In particular in such cases, "most" conics in the family do not contain a rational point. Moreover, one knows that an element $A \in Br(\mathbb{Q}(T_1,..,T_n))$ admits a non-zero residue if and only if $A \not \in Br(\mathbb{P}^n_{\mathbb{Q}}) = Br(\mathbb{Q})$. In particular, we see that $C(\mathbb{P}^n,\pi,H) >0$ if and only if $Q_\pi=0$, which by the above remark happens if and only if $\pi$ obtains a rational section (which in particular implies that we must have $C(\mathbb{P}^n,\pi,H)=1$). I believe this answers your question in this case. Your specific conic bundle
$$qx^2 -y^2 = z^2, (**)$$
corresponds to the class of the quaternion algebra $(t,-1)$ over $Br(\mathbb{Q}(t))$. In this case, Serre's more general result in fact shows that
$$\#\{q \in \mathbb{Q}: H(q) \leq T, (**) \text{ has a solution}\} 
\ll \frac{T^2}{\log T}.$$
Here is how one may obtain conic bundles which do not admit rational sections, but for which $C(B,\pi,H) =1$. Suppose that $B$ admits a Brauer group element $A \in Br(B)$ which is the class of a non-trivial quaternion algebra, for which $A \otimes_{\mathbb{Q}_v} \mathbb{Q}_v = 0$ for every place $v$ of $\mathbb{Q}$ (such elements may e.g. be given by elements of the Tate-Shaferavich groups of algebraic tori, see Sansuc's classical paper [2]). As by assumption $A \otimes_{\mathbb{Q}_v} \mathbb{Q}_v = 0$ for all $v$, we see that every conic in the family is everywhere locally soluble. The Hasse-Minkowski theorem therefore implies that every conic in the family contains a rational point, hence $C(B,\pi,H) =1$. However, since $A$ was non-trivial we see that $\pi$ does not admit a rational section.
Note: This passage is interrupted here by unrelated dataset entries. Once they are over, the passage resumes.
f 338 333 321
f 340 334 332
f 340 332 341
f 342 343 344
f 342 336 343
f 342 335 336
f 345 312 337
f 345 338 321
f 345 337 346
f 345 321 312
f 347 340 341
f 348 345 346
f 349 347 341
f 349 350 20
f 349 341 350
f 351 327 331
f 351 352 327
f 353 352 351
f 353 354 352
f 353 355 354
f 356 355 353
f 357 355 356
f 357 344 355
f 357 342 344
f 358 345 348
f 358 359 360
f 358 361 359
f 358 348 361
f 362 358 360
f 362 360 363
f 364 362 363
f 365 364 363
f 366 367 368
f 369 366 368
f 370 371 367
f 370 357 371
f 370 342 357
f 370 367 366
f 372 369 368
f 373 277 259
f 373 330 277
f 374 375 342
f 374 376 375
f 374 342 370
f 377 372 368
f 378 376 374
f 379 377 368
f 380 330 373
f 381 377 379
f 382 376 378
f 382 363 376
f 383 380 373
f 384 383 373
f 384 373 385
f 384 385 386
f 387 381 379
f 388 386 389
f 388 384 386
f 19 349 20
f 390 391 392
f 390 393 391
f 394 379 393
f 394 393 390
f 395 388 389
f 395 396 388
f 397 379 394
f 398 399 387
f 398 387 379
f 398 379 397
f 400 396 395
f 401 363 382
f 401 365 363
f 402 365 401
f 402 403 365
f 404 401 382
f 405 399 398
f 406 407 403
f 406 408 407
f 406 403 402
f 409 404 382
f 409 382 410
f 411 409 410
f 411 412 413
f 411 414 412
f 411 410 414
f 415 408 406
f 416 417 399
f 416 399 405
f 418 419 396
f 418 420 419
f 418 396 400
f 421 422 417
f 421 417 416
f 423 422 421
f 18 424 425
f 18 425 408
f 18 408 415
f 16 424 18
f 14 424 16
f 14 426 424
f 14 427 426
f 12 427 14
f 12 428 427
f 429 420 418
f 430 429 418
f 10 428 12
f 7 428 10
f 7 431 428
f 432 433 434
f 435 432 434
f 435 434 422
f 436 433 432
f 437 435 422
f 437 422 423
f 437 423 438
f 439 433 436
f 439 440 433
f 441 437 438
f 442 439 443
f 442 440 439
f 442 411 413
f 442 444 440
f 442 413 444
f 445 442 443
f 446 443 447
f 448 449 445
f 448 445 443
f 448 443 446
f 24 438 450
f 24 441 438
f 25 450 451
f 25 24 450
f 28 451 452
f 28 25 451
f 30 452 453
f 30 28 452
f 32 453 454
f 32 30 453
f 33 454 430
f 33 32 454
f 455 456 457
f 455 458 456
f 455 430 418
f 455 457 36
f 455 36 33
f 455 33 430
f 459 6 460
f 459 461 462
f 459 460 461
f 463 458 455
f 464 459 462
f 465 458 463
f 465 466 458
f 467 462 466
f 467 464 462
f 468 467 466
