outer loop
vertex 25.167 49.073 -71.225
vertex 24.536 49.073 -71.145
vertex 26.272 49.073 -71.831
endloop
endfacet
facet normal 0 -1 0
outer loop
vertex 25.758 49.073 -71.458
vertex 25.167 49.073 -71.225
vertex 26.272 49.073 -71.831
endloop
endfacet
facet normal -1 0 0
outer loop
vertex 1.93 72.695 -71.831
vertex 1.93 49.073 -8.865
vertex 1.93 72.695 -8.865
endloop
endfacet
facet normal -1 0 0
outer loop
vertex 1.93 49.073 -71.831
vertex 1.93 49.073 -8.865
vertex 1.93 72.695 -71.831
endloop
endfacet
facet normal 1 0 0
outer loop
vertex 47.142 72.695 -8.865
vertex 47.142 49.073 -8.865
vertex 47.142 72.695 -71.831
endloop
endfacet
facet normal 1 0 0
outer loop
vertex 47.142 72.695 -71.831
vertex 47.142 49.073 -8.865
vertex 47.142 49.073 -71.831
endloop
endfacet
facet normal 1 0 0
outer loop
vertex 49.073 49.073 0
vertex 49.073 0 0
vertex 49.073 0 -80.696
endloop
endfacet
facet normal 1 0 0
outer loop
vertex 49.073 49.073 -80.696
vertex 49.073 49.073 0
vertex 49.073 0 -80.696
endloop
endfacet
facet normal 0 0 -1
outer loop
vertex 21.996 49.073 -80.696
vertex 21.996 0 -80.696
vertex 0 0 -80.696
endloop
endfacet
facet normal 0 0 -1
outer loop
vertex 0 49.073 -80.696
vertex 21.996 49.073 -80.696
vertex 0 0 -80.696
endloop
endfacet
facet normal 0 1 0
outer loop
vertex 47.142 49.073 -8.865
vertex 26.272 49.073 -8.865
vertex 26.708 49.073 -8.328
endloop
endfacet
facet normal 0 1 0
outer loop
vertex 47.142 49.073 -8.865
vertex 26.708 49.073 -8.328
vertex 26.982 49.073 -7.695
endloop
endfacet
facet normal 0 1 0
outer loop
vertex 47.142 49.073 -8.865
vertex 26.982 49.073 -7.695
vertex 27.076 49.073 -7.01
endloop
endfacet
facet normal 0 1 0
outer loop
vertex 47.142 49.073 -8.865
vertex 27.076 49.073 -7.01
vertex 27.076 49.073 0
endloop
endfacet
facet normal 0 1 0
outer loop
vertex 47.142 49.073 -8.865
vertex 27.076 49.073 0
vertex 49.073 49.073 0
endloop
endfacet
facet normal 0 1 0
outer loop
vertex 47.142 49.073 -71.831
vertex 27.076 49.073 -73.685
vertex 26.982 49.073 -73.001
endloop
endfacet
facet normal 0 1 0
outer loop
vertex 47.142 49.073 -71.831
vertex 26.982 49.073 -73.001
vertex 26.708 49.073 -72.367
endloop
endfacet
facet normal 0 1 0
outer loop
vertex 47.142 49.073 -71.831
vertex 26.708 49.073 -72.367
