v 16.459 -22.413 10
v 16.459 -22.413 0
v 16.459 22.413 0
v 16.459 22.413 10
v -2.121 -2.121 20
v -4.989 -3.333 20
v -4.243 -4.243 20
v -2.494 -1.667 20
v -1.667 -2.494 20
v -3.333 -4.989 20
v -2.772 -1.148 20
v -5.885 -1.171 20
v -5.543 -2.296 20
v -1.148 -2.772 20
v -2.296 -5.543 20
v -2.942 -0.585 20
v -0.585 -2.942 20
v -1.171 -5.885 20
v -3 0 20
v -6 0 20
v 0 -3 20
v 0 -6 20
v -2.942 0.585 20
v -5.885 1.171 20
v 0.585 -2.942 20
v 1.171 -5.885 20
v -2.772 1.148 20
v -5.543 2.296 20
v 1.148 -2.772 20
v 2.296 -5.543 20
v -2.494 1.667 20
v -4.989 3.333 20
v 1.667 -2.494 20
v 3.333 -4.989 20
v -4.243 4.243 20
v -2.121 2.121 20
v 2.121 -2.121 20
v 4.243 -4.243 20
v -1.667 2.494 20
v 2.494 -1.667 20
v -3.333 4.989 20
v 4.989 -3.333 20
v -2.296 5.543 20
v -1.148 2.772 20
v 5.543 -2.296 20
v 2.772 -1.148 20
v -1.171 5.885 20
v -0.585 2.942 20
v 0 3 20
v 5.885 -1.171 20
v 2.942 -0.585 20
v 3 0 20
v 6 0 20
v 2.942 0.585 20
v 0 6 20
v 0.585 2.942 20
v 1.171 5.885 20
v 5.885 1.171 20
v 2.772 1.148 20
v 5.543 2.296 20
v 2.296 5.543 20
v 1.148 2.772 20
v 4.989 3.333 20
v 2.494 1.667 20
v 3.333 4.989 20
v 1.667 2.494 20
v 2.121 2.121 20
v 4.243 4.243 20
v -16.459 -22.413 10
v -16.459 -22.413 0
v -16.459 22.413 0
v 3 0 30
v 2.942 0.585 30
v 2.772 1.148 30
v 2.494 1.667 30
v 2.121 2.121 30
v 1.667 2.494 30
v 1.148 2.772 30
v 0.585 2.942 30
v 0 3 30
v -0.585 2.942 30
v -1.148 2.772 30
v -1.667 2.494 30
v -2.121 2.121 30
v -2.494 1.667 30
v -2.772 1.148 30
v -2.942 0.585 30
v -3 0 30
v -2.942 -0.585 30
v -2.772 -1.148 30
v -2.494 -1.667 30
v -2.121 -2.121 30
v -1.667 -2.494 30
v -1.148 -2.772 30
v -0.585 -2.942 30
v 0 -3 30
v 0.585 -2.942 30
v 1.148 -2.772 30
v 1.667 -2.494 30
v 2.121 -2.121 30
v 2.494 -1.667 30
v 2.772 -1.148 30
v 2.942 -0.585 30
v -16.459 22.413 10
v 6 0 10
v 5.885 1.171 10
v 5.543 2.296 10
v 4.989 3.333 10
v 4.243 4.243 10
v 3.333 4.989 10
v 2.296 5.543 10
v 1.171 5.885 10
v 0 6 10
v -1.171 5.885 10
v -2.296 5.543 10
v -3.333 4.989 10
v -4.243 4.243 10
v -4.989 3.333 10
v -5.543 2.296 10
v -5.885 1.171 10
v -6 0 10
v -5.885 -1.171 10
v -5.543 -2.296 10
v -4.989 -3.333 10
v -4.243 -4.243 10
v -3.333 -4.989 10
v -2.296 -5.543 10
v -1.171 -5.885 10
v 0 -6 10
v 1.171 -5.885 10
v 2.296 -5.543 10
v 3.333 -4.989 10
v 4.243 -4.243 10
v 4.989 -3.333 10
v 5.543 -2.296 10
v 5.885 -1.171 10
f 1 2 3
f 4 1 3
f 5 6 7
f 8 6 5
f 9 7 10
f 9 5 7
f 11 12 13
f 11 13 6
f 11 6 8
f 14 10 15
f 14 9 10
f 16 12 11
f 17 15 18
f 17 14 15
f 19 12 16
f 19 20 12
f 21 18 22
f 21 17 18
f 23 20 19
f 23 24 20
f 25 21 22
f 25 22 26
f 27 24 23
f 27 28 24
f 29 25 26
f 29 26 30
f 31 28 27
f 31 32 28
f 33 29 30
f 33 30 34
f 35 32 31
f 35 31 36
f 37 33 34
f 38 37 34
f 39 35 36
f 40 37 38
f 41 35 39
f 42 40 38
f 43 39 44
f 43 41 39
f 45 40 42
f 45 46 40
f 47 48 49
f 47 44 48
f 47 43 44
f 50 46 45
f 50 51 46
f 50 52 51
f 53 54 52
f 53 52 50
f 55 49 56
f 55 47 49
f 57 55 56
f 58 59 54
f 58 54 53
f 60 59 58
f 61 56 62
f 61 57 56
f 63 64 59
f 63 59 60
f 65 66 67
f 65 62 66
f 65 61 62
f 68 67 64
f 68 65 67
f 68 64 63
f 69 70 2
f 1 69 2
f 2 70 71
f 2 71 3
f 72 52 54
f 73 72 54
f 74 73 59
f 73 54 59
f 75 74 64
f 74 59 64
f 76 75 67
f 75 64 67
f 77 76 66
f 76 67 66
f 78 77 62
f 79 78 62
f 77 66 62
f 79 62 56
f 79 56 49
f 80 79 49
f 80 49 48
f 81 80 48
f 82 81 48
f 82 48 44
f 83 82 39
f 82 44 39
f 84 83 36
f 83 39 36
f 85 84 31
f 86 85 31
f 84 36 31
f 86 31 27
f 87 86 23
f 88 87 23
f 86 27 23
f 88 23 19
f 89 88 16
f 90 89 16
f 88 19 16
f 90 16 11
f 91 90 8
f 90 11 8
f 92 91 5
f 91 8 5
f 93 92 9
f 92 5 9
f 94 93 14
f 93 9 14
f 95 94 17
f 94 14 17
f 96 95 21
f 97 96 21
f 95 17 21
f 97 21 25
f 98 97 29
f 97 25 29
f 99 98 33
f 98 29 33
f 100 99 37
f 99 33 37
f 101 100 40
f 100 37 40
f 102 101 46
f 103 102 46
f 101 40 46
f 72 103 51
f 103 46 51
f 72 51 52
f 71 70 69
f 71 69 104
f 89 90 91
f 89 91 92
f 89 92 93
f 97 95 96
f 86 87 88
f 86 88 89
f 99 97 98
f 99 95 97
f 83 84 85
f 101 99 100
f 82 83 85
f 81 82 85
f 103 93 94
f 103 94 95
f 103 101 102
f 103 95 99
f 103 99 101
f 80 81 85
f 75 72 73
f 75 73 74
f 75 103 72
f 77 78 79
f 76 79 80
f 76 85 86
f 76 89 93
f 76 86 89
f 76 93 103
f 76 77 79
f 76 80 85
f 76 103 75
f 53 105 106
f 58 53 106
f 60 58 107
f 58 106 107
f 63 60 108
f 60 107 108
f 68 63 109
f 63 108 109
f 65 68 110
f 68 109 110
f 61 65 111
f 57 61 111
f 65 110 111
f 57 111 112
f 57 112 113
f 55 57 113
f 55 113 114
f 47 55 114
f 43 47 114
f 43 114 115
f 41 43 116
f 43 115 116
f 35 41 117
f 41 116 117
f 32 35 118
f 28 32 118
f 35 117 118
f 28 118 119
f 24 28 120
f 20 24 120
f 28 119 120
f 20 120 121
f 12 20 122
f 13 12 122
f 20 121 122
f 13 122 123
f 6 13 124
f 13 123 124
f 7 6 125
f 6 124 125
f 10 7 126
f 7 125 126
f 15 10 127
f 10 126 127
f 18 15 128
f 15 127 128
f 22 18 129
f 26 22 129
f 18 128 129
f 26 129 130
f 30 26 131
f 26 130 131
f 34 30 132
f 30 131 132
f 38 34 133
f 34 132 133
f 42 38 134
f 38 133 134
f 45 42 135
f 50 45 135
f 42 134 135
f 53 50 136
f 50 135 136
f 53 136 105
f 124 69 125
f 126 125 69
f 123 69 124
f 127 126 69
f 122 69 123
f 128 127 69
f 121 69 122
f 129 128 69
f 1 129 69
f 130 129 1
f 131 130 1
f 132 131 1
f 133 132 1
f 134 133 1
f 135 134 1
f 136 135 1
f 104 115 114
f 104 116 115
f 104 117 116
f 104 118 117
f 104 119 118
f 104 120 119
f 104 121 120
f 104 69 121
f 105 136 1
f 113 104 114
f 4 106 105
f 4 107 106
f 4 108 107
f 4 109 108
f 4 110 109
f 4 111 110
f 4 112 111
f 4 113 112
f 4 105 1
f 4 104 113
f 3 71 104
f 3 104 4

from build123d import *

# Parameters (mm, degrees)
SKETCH2_W           = 32.91869007
SKETCH2_H           = 44.826135242
BOSS_EXTRUDE1_DEPTH = 10
SKETCH3_R           = 6
BOSS_EXTRUDE2_DEPTH = 10
SKETCH4_R           = 3
BOSS_EXTRUDE3_DEPTH = 10


with BuildPart() as part:
    # Sketch2 → Boss-Extrude1 (new body)
    with BuildSketch(Plane.XY):
        Rectangle(SKETCH2_W, SKETCH2_H)
    extrude(amount=BOSS_EXTRUDE1_DEPTH)

    # Sketch3 → Boss-Extrude2 (add)
    with BuildSketch(Plane.XY.offset(10)):
        Circle(SKETCH3_R)
    extrude(amount=BOSS_EXTRUDE2_DEPTH)

    # Sketch4 → Boss-Extrude3 (add)
    with BuildSketch(Plane.XY.offset(20)):
        Circle(SKETCH4_R)
    extrude(amount=BOSS_EXTRUDE3_DEPTH)


solid = part.part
Your question in the general case is highly non-trivial. Assuming that the results proved by Serre hold in any kind of generality, one would expect that  $C(B,\pi,H)=0$ if $Q_\pi \not \in Br(B)$. To obtain positive values of $C(B,\pi,H)$ which are not $1$, one would need a quaternion algebra $A$ over $\mathbb{Q}(B)$ for which there exists some place $v$ of $\mathbb{Q}$ and some $b_1,b_2 \in B(\mathbb{Q})$ such that $A_v(b_1) \neq 0 \in Br(\mathbb{Q}_v)$ but $A_v(b_2) = 0 \in Br(\mathbb{Q}_v)$. This would force some conics in the family to fail to have $\mathbb{Q}_v$-points (hence not have $\mathbb{Q}$-points), but at least make sure that there are also some conics in the family which still have $\mathbb{Q}_v$-points (hence could still have $\mathbb{Q}$-points). Such elements are exactly the ones which give rise to a failure of weak approximation for $B$ via the Brauer-Manin obstruction. So the values of $C(B,\pi,H)$ which may be obtained should intimately depend on the extent to which $B$ fails weak approximation, at least if the Brauer-Manin obstruction is the only one to weak approximation (for more details on the Brauer-Manin obstruction, see [2]).
Problems of this type naturally admit numerous generalistions e.g. to Brauer-Severi varieties and to number fields, where many of the above remarks still hold true.
[1] Serre - Spécialisation des éléments de $Br_2(\mathbb{Q}(T_1,..,T_n))$.
[2] Sansuc - Groupe de Brauer et arithmétique des groupes algébriques linéaires sur un corps de nombres.